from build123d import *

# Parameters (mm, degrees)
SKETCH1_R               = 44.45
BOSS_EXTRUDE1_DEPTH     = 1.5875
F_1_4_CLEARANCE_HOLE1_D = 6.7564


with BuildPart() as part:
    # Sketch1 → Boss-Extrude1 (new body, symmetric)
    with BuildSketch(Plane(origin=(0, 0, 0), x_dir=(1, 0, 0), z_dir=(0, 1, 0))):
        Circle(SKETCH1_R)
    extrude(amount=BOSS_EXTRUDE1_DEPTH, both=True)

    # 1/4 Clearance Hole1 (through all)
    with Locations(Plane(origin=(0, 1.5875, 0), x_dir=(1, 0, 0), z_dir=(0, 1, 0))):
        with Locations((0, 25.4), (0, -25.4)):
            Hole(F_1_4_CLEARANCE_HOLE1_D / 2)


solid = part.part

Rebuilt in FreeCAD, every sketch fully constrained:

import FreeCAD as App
import Part
import Sketcher

V = App.Vector
Q = App.Units.Quantity

doc = App.newDocument("Part")
body = doc.addObject("PartDesign::Body", "Body")

sketch1 = body.newObject("Sketcher::SketchObject", "Sketch")
sketch1.AttachmentSupport = (doc.getObject("XZ_Plane"), [""])
sketch1.MapMode = "FlatFace"
sketch1.addGeometry(Part.Circle(V(0, 0, 0), V(0, 0, 1), 44.45), False)
sketch1.addConstraint([
    Sketcher.Constraint("Coincident", 0, 3, -1, 1),
    Sketcher.Constraint("Diameter", 0, Q("3.5 in")),
])
pad1 = body.newObject("PartDesign::Pad", "Pad")
pad1.Profile = sketch1
pad1.Length = Q("0.125 in")
pad1.Midplane = True

sketch2 = body.newObject("Sketcher::SketchObject", "Sketch001")
sketch2.AttachmentSupport = (doc.getObject("XZ_Plane"), [""])
sketch2.MapMode = "FlatFace"
sketch2.AttachmentOffset = App.Placement(V(0, 0, -0.0625 * 25.4), App.Rotation())
sketch2.addGeometry([
    Part.Circle(V(0, -25.4, 0), V(0, 0, 1), 3.3782),
    Part.Circle(V(0, 25.4, 0), V(0, 0, 1), 3.3782),
], False)
sketch2.addConstraint([
    Sketcher.Constraint("Equal", 0, 1),
    Sketcher.Constraint("Symmetric", 0, 3, 1, 3, -1, 1),
    Sketcher.Constraint("PointOnObject", 0, 3, -2),
    Sketcher.Constraint("Diameter", 0, Q("0.266 in")),
    Sketcher.Constraint("DistanceY", 0, 3, -1, 1, Q("1 in")),
])
doc.recompute()
hole = body.newObject("PartDesign::Hole", "Hole")
hole.Profile = sketch2
hole.ThreadType = "None"
hole.Diameter = Q("0.266 in")
hole.DepthType = "ThroughAll"
hole.Reversed = True

doc.recompute()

# # # #

Brief:
Every record should be given again exactly.

Written solution:
from build123d import *

# Parameters (mm, degrees)
SKETCH1_R               = 44.45
BOSS_EXTRUDE1_DEPTH     = 1.5875
F_1_4_CLEARANCE_HOLE1_D = 6.7564


with BuildPart() as part:
    # Sketch1 → Boss-Extrude1 (new body, symmetric)
    with BuildSketch(Plane(origin=(0, 0, 0), x_dir=(1, 0, 0), z_dir=(0, 1, 0))):
        Circle(SKETCH1_R)
    extrude(amount=BOSS_EXTRUDE1_DEPTH, both=True)

    # 1/4 Clearance Hole1 (through all)
    with Locations(Plane(origin=(0, 1.5875, 0), x_dir=(1, 0, 0), z_dir=(0, 1, 0))):
        with Locations((0, 25.4), (0, -25.4)):
            Hole(F_1_4_CLEARANCE_HOLE1_D / 2)


solid = part.part

Rebuilt in FreeCAD, every sketch fully constrained:

import FreeCAD as App
import Part
import Sketcher

V = App.Vector
Q = App.Units.Quantity

doc = App.newDocument("Part")
body = doc.addObject("PartDesign::Body", "Body")

sketch1 = body.newObject("Sketcher::SketchObject", "Sketch")
sketch1.AttachmentSupport = (doc.getObject("XZ_Plane"), [""])
sketch1.MapMode = "FlatFace"
sketch1.addGeometry(Part.Circle(V(0, 0, 0), V(0, 0, 1), 44.45), False)
sketch1.addConstraint([
    Sketcher.Constraint("Coincident", 0, 3, -1, 1),
    Sketcher.Constraint("Diameter", 0, Q("3.5 in")),
])
pad1 = body.newObject("PartDesign::Pad", "Pad")
pad1.Profile = sketch1
pad1.Length = Q("0.125 in")
pad1.Midplane = True

sketch2 = body.newObject("Sketcher::SketchObject", "Sketch001")
sketch2.AttachmentSupport = (doc.getObject("XZ_Plane"), [""])
sketch2.MapMode = "FlatFace"
sketch2.AttachmentOffset = App.Placement(V(0, 0, -0.0625 * 25.4), App.Rotation())
sketch2.addGeometry([
    Part.Circle(V(0, -25.4, 0), V(0, 0, 1), 3.3782),
    Part.Circle(V(0, 25.4, 0), V(0, 0, 1), 3.3782),
], False)
sketch2.addConstraint([
    Sketcher.Constraint("Equal", 0, 1),
    Sketcher.Constraint("Symmetric", 0, 3, 1, 3, -1, 1),
    Sketcher.Constraint("PointOnObject", 0, 3, -2),
    Sketcher.Constraint("Diameter", 0, Q("0.266 in")),
    Sketcher.Constraint("DistanceY", 0, 3, -1, 1, Q("1 in")),
])
doc.recompute()
hole = body.newObject("PartDesign::Hole", "Hole")
hole.Profile = sketch2
hole.ThreadType = "None"
hole.Diameter = Q("0.266 in")
hole.DepthType = "ThroughAll"
hole.Reversed = True

doc.recompute()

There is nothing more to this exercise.